Why would reflectors make shoes fly? Why would an old-timey ghost have reflectors? With all this investment into the flying shoes as a plot device, they are all but forgotten during the middle of the film. Instead we deal with a local skateboard gang and a dog that is introduced very late into the movie. The whole thing turns into a 'rescue the stolen dog story' that is completely bereft of anything supernatural.

Visual masterpiece.
There are many disjointed story elements that never amount to anything, a random karate stunt, a belly dancing scene that comes out of nowhere, a bit of drama as Aunt Rita is hospitalized. This disjointedness is really the most notable thing about what is an otherwise formulaic kid’s movie. Ryan’s shoes help do things he can’t normally do and they always work. I defy you to come up with a message behind this film other than, “We got some money to promote Heelys and made a movie around it.”

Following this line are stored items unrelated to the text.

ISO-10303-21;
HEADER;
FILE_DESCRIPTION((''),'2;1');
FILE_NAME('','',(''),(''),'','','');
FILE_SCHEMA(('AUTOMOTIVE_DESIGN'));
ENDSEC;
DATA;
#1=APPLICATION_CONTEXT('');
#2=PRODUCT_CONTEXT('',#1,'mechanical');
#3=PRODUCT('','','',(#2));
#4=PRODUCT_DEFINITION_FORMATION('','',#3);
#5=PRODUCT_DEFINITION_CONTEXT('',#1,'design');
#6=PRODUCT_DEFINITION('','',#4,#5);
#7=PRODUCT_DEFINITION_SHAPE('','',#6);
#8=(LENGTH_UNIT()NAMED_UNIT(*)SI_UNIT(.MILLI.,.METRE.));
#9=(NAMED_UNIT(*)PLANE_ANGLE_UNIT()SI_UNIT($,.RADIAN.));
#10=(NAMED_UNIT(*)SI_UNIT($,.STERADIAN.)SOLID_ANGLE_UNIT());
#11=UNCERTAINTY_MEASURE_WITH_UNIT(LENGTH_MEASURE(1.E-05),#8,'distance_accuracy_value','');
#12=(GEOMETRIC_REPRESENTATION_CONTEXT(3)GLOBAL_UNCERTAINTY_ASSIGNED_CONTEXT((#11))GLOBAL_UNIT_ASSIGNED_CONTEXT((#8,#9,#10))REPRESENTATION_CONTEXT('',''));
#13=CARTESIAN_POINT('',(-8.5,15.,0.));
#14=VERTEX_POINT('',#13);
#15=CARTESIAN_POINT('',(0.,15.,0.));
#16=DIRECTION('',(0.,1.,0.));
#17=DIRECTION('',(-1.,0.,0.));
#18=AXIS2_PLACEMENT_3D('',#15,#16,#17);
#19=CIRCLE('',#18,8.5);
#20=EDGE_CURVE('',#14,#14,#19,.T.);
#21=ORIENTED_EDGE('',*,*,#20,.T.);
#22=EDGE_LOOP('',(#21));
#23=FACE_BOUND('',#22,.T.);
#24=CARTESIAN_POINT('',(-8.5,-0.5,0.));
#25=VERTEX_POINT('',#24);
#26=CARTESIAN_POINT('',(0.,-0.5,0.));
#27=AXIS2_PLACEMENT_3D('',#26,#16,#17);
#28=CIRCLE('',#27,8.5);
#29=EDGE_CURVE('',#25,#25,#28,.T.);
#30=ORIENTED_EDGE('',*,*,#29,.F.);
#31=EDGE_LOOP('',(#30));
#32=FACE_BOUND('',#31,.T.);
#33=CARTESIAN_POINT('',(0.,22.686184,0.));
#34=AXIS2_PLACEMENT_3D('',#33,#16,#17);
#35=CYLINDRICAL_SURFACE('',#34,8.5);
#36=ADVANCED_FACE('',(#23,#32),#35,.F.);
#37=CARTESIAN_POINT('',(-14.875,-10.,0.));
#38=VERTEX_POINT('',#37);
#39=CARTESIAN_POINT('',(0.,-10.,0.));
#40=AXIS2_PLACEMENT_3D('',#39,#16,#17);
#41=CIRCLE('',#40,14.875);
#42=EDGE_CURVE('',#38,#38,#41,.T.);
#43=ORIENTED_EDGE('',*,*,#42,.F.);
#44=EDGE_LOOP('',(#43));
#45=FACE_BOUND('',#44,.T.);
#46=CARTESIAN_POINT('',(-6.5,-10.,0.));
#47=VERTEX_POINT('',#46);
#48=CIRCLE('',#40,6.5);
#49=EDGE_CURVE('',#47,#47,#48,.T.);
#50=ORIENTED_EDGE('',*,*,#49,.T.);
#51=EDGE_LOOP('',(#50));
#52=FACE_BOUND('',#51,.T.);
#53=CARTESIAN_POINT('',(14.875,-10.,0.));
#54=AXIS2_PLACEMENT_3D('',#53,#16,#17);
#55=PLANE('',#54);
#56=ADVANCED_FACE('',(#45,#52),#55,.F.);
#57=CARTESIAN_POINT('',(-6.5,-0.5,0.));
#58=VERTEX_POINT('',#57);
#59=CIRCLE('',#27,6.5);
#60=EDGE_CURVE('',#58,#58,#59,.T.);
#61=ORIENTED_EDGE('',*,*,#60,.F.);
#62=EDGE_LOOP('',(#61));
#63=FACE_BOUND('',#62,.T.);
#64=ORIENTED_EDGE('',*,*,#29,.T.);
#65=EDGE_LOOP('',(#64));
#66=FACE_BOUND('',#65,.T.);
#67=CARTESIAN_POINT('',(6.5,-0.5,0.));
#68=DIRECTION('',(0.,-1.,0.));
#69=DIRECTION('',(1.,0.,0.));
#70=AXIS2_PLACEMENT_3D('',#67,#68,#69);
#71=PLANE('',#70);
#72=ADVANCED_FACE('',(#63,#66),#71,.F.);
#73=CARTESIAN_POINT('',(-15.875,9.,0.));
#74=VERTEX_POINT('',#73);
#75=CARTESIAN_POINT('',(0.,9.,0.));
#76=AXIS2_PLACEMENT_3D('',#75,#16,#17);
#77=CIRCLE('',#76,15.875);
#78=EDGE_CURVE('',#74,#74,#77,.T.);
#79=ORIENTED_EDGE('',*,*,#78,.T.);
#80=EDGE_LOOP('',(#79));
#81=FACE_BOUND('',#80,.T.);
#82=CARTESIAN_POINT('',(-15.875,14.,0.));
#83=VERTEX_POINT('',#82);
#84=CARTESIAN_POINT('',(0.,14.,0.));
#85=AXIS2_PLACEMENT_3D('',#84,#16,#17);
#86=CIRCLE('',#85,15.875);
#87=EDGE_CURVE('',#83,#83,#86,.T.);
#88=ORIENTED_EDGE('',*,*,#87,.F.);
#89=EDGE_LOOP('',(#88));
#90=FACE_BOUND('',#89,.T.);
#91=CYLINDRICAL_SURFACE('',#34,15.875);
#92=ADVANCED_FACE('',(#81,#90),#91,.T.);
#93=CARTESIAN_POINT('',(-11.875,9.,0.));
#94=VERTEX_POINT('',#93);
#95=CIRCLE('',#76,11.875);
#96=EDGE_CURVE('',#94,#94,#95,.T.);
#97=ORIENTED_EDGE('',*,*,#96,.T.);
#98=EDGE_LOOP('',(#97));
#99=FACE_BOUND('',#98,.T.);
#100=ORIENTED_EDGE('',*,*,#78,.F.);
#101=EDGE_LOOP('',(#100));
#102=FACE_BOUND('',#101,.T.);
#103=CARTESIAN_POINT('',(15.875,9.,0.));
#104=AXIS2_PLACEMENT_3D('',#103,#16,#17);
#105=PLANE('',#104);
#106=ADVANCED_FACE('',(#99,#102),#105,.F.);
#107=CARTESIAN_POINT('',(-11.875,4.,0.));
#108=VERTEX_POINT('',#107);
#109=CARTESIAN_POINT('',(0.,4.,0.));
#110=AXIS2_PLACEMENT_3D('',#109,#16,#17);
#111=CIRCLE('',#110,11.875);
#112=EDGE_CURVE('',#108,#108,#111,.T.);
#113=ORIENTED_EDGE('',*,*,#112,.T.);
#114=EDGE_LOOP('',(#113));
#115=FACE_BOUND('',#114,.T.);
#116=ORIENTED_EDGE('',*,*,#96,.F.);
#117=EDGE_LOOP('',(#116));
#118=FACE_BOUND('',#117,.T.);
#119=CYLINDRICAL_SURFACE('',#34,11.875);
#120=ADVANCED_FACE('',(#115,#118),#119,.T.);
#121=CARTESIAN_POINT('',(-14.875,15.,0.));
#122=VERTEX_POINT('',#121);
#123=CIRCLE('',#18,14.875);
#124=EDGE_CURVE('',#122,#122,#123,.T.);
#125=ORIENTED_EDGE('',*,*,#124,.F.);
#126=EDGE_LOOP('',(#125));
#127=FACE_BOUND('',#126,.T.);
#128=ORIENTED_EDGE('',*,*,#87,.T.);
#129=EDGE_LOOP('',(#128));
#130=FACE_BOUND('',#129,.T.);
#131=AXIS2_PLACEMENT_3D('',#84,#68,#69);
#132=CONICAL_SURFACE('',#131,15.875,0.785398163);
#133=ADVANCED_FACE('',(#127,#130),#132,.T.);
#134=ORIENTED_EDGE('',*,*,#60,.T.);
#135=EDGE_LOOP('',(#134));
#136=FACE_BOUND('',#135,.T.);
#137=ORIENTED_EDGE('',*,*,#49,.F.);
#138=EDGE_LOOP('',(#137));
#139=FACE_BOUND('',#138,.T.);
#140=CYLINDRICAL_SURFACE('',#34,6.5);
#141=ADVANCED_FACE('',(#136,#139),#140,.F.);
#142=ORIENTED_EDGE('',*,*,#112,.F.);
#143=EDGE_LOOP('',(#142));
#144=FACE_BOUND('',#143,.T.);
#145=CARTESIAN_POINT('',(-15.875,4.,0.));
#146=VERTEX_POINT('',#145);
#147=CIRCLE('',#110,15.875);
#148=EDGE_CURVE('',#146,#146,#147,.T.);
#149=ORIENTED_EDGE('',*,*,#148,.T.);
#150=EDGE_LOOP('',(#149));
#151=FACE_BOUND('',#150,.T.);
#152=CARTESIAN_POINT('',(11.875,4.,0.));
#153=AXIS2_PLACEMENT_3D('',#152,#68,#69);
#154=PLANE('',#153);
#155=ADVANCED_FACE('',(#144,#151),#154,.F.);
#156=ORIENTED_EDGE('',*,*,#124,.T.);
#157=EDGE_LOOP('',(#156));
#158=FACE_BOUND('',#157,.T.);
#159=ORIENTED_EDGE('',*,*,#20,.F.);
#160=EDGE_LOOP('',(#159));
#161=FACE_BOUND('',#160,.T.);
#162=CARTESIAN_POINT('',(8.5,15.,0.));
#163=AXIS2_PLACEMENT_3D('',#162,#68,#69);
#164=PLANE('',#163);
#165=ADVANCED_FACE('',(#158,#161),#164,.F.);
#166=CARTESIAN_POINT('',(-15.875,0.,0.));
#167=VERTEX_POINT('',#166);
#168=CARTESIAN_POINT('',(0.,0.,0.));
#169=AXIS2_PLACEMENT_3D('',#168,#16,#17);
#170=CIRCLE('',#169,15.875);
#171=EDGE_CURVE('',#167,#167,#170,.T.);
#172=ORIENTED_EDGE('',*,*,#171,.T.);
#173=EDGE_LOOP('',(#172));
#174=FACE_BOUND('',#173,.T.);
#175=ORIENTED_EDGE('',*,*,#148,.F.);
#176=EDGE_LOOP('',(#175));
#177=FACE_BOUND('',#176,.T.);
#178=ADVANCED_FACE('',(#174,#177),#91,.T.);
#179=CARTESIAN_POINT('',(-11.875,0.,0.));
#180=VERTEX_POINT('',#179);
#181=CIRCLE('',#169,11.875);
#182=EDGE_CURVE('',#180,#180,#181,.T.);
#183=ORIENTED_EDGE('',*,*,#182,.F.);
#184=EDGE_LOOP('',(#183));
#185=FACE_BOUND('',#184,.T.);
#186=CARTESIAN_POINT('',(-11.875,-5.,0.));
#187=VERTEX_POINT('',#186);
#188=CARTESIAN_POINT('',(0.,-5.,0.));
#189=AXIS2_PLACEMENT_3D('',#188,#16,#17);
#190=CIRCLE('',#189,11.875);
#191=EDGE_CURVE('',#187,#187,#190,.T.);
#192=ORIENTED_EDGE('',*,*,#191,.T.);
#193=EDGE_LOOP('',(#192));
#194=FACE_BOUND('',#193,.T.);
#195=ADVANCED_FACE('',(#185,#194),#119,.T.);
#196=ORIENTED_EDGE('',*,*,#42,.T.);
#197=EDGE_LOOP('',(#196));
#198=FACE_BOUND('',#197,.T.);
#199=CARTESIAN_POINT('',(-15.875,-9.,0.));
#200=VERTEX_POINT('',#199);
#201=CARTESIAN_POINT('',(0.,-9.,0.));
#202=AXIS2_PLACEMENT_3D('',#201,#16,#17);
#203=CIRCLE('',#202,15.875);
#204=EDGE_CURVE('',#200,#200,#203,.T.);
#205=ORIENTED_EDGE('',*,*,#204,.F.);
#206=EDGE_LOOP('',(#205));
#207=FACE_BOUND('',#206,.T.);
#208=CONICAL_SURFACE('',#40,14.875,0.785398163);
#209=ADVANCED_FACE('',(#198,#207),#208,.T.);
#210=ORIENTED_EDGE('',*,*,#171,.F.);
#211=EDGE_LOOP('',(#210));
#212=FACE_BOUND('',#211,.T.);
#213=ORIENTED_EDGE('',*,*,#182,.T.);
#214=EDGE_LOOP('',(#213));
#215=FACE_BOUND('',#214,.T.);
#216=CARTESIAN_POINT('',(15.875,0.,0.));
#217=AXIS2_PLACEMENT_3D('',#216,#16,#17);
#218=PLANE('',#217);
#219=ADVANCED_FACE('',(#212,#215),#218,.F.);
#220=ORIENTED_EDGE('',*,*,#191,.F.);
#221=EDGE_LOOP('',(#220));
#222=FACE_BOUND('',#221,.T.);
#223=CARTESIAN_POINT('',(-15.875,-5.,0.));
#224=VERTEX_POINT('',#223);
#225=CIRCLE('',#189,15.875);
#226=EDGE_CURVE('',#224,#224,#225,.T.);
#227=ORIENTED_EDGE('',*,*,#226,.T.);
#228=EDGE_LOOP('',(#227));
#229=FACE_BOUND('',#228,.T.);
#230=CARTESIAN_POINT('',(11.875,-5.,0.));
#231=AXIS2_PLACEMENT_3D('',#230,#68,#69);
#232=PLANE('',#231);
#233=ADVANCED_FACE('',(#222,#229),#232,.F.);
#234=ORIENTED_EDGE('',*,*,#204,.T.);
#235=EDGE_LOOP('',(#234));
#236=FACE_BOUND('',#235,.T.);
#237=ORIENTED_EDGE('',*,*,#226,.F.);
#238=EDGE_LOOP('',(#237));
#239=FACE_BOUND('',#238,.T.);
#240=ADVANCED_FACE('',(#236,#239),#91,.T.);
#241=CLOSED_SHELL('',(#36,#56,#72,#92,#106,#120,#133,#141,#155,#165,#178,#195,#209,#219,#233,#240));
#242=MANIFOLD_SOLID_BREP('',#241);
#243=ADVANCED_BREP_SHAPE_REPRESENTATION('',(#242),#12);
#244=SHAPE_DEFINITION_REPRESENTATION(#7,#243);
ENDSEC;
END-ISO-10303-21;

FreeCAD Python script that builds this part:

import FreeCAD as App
import Part
import Sketcher

V = App.Vector

doc = App.newDocument("Part")
body = doc.addObject("PartDesign::Body", "Body")

sketch1 = doc.addObject("Sketcher::SketchObject", "Sketch")
body.addObject(sketch1)
sketch1.AttachmentSupport = (doc.XY_Plane, [""])
sketch1.MapMode = "FlatFace"
sketch1.addGeometry(Part.LineSegment(V(6.5, -0.5, 0), V(6.5, -10, 0)), False)
sketch1.addGeometry(Part.LineSegment(V(6.5, -10, 0), V(14.875, -10, 0)), False)
sketch1.addGeometry(Part.LineSegment(V(14.875, -10, 0), V(15.875, -9, 0)), False)
sketch1.addGeometry(Part.LineSegment(V(15.875, -9, 0), V(15.875, -5, 0)), False)
sketch1.addGeometry(Part.LineSegment(V(15.875, -5, 0), V(11.875, -5, 0)), False)
sketch1.addGeometry(Part.LineSegment(V(11.875, -5, 0), V(11.875, 0, 0)), False)
sketch1.addGeometry(Part.LineSegment(V(11.875, 0, 0), V(15.875, 0, 0)), False)
sketch1.addGeometry(Part.LineSegment(V(15.875, 0, 0), V(15.875, 4, 0)), False)
sketch1.addGeometry(Part.LineSegment(V(15.875, 4, 0), V(11.875, 4, 0)), False)
sketch1.addGeometry(Part.LineSegment(V(11.875, 4, 0), V(11.875, 9, 0)), False)
sketch1.addGeometry(Part.LineSegment(V(11.875, 9, 0), V(15.875, 9, 0)), False)
sketch1.addGeometry(Part.LineSegment(V(15.875, 9, 0), V(15.875, 14, 0)), False)
sketch1.addGeometry(Part.LineSegment(V(15.875, 14, 0), V(14.875, 15, 0)), False)
sketch1.addGeometry(Part.LineSegment(V(14.875, 15, 0), V(8.5, 15, 0)), False)
sketch1.addGeometry(Part.LineSegment(V(8.5, 15, 0), V(8.5, -0.5, 0)), False)
sketch1.addGeometry(Part.LineSegment(V(8.5, -0.5, 0), V(6.5, -0.5, 0)), False)
sketch1.addConstraint(Sketcher.Constraint("Coincident", 0, 2, 1, 1))
sketch1.addConstraint(Sketcher.Constraint("Coincident", 1, 2, 2, 1))
sketch1.addConstraint(Sketcher.Constraint("Coincident", 2, 2, 3, 1))
sketch1.addConstraint(Sketcher.Constraint("Coincident", 3, 2, 4, 1))
sketch1.addConstraint(Sketcher.Constraint("Coincident", 4, 2, 5, 1))
sketch1.addConstraint(Sketcher.Constraint("Coincident", 5, 2, 6, 1))
sketch1.addConstraint(Sketcher.Constraint("Coincident", 6, 2, 7, 1))
sketch1.addConstraint(Sketcher.Constraint("Coincident", 7, 2, 8, 1))
sketch1.addConstraint(Sketcher.Constraint("Coincident", 8, 2, 9, 1))
sketch1.addConstraint(Sketcher.Constraint("Coincident", 9, 2, 10, 1))
sketch1.addConstraint(Sketcher.Constraint("Coincident", 10, 2, 11, 1))
sketch1.addConstraint(Sketcher.Constraint("Coincident", 11, 2, 12, 1))
sketch1.addConstraint(Sketcher.Constraint("Coincident", 12, 2, 13, 1))
sketch1.addConstraint(Sketcher.Constraint("Coincident", 13, 2, 14, 1))
sketch1.addConstraint(Sketcher.Constraint("Coincident", 14, 2, 15, 1))
sketch1.addConstraint(Sketcher.Constraint("Coincident", 15, 2, 0, 1))
sketch1.addConstraint(Sketcher.Constraint("Vertical", 0))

Ryan’s magical shoes are Heelys, the shoes with wheels that kids used to love, Here they are provided by the company for some free product placement. I don’t understand the connection with flying, it seems like a better promotion for your wheeled shoes would be, well, skating. There is even a natural set-up here as Ryan runs afoul of the local skateboard gang. This could have been the Gleaming the Cube (1989) of wheeled shoe movies, but instead, it’s a worse Skateboard Kid (1993).

Does his shirt say TERRACE BOOB?
Flyin’ Ryan is shot on digital video and every interior looks cheap and flat while the exterior shots look rather nice with their natural lighting. Knowing that this was a low budget kids movie, I figured that the flying effects would be unimpressive, they are not good but also not remarkably terrible.

This seems to be a good summation of the Flyin' Ryan itself: Not good, but not remarkably terrible.